Prenatal Cell-Free DNA Screening-NIPS

Prenatal Cell-Free DNA Screening (NIPS)

Prenatal cell-free DNA screening (also called non-invasive prenatal screening) is a noninvasive pregnancy evaluation, which can be performed after 10 weeks from the first day of the last period. The screening involves a blood test which evaluates cell-free DNA in the maternal circulation that is derived from the pregnancy. This screening can identify about 99 percent of babies with Down syndrome, as well as most pregnancies with trisomy 18, and trisomy 13. This screening test can also optionally include screening for sex chromosome conditions as well as a few select microdeletion syndromes due to smaller changes in the chromosomes. Genetic counseling and ordering of the studies can be coordinated through the Prenatal Diagnostic Center. 

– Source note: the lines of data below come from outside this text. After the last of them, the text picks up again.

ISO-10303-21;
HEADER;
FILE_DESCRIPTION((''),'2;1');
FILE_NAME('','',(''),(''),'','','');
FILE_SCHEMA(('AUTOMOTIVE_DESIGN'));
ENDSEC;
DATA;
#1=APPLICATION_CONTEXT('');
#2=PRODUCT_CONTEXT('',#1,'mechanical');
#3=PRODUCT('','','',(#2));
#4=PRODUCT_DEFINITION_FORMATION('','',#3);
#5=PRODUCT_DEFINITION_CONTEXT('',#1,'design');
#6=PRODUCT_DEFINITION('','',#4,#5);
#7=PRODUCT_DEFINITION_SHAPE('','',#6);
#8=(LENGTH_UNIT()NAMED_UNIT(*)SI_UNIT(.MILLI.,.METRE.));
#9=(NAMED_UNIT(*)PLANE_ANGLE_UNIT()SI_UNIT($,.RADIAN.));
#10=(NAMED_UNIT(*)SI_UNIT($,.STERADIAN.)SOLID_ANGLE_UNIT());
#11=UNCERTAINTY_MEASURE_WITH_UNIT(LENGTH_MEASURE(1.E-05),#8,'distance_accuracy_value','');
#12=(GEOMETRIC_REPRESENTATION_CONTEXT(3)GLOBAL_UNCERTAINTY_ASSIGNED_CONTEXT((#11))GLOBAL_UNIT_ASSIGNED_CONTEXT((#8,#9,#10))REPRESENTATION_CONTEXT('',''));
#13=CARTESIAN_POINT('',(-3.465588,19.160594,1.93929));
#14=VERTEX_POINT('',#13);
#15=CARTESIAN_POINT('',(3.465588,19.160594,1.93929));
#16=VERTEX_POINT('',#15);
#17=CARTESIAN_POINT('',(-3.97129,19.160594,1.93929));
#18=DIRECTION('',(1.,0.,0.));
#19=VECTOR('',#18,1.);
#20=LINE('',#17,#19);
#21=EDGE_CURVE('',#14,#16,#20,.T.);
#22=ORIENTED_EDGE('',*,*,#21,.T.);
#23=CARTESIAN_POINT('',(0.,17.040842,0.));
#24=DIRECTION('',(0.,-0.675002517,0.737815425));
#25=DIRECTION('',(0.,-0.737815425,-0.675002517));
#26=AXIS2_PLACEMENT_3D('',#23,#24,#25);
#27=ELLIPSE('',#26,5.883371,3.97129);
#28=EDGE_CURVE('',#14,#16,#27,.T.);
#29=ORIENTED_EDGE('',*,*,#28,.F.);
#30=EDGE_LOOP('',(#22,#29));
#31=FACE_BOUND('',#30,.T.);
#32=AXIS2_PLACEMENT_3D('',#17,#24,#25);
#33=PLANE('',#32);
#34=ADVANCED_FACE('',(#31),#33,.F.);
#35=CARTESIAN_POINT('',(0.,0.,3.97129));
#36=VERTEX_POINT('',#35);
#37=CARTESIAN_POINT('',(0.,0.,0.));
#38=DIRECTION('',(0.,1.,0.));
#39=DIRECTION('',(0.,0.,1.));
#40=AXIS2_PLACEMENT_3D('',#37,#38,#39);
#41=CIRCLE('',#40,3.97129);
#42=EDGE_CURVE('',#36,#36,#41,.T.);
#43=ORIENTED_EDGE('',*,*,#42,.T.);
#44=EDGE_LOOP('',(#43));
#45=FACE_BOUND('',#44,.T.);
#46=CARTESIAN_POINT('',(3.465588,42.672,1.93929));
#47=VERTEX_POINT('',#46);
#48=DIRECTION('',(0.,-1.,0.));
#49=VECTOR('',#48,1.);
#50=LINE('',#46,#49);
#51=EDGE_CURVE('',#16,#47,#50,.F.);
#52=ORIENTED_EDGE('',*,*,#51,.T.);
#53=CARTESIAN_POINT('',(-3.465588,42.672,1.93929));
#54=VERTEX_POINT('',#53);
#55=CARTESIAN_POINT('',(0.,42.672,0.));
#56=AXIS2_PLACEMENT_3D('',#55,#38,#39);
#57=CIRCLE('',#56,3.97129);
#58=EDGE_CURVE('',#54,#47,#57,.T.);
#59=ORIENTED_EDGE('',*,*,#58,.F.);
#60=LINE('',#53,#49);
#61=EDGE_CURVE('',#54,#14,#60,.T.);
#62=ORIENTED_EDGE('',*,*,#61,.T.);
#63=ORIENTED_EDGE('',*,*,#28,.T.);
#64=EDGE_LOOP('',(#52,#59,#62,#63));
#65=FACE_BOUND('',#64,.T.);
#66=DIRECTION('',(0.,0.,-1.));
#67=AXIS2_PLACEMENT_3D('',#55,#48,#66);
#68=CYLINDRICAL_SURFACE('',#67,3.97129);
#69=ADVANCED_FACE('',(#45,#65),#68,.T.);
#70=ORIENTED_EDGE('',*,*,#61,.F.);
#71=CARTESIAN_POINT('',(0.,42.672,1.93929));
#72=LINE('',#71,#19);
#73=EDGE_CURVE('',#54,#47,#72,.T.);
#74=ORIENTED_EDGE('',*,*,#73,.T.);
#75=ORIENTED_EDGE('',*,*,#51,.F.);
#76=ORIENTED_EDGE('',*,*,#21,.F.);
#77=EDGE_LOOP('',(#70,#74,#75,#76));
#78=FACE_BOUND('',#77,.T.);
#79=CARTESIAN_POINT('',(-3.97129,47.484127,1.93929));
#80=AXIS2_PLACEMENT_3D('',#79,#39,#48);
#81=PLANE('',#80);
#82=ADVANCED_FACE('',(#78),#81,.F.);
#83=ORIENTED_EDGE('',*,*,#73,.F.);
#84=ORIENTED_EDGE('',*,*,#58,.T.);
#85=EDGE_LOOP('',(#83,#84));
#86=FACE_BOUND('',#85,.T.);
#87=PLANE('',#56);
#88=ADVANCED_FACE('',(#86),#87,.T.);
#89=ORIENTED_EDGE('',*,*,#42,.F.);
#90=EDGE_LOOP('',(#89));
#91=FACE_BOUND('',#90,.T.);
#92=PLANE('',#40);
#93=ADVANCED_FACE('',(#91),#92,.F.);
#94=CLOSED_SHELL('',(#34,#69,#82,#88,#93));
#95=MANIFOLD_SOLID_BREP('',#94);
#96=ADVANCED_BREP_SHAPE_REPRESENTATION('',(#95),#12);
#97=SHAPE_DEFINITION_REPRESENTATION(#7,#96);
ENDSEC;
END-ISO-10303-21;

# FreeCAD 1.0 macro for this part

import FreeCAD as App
import Part
import Sketcher

V = App.Vector
Q = App.Units.Quantity

doc = App.newDocument("Part")
body = doc.addObject("PartDesign::Body", "Body")

# Sketch on XZ plane
sketch1 = body.newObject("Sketcher::SketchObject", "Sketch")
sketch1.AttachmentSupport = (doc.getObject("XZ_Plane"), [""])
sketch1.MapMode = "FlatFace"
sketch1.addGeometry(Part.Circle(V(0, 0, 0), V(0, 0, 1), 4), False)
sketch1.addConstraint(Sketcher.Constraint("Coincident", 0, 3, -1, 1))
sketch1.addConstraint(Sketcher.Constraint("Diameter", 0, Q("0.3127 in")))
pad1 = body.newObject("PartDesign::Pad", "Pad")
pad1.Profile = sketch1
pad1.Length = Q("1.68 in")
pad1.Reversed = True

# Sketch on YZ plane
sketch2 = body.newObject("Sketcher::SketchObject", "Sketch001")
sketch2.AttachmentSupport = (doc.getObject("YZ_Plane"), [""])
sketch2.MapMode = "FlatFace"
sketch2.addGeometry(Part.LineSegment(V(47, 2, 0), V(19, 2, 0)), False)
sketch2.addGeometry(Part.LineSegment(V(19, 2, 0), V(13, -4, 0)), False)
sketch2.addGeometry(Part.LineSegment(V(13, -4, 0), V(47, -4, 0)), False)
sketch2.addGeometry(Part.LineSegment(V(47, -4, 0), V(47, 2, 0)), False)
sketch2.addConstraint(Sketcher.Constraint("Coincident", 0, 2, 1, 1))
sketch2.addConstraint(Sketcher.Constraint("Coincident", 1, 2, 2, 1))
sketch2.addConstraint(Sketcher.Constraint("Coincident", 2, 2, 3, 1))
sketch2.addConstraint(Sketcher.Constraint("Coincident", 3, 2, 0, 1))
sketch2.addConstraint(Sketcher.Constraint("Horizontal", 0))
sketch2.addConstraint(Sketcher.Constraint("Horizontal", 2))
sketch2.addConstraint(Sketcher.Constraint("Vertical", 3))
sketch2.addConstraint(Sketcher.Constraint("DistanceX", -1, 1, 1, 2, Q("0.5 in")))
sketch2.addConstraint(Sketcher.Constraint("DistanceY", 3, 1, 3, 2, Q("0.2327 in")))
sketch2.addConstraint(Sketcher.Constraint("DistanceX", 0, 2, 0, 1, Q("28.323533 mm")))
sketch2.addConstraint(Sketcher.Constraint("DistanceX", 2, 1, 2, 2, Q("34.784127 mm")))
sketch2.addConstraint(Sketcher.Constraint("DistanceY", -1, 1, 0, 2, Q("1.93929 mm")))
pocket1 = body.newObject("PartDesign::Pocket", "Pocket")
pocket1.Profile = sketch2
pocket1.Type = "ThroughAll"
pocket1.Midplane = True

doc.recompute()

Studies have shown that approximately 99 percent of babies with Down syndrome, and up to 98 percent of trisomy 18 and trisomy 13 will have a positive test result. However, a small percentage of Down syndrome and trisomy 18 and 13 cases will not be detected. In addition, babies with other chromosome disorders or birth defects may not be detected by this screening. Therefore, an ultrasound in the first trimester may be ordered in conjunction with the blood test for evaluation of early fetal anatomy. A positive test result indicates an increased risk for Down syndrome, trisomy 18 or trisomy 13; however, a positive result is not diagnostic. It indicates that an increased risk for a problem exists and that additional testing should be considered. Similarly, a negative result does not rule out these abnormalities, but instead decreases the specific risks for Down syndrome, trisomy 18 or trisomy 13 in the pregnancy. For women who prefer a definitive answer regarding a chromosomal condition in the pregnancy, amniocentesis or chorionic villus sampling (CVS) should be considered. 

If a positive test result is obtained, the genetic counselor will explain the results and review options for further testing, which may include CVS or amniocentesis and high-resolution ultrasound. If the results of the screening are within the normal range, maternal serum AFP screening for neural tube defects is recommended at 16 weeks as well as a detailed ultrasound to screen for neural tube defects and other birth defects at 18-20 weeks of pregnancy. Women may still opt to have a diagnostic procedure in order to have a definitive diagnosis. The decision to proceed to amniocentesis or CVS is based on many factors, including the risk of fetal chromosomal abnormality, the risk of the procedure, and the consequences of having an affected child if diagnostic testing is not done.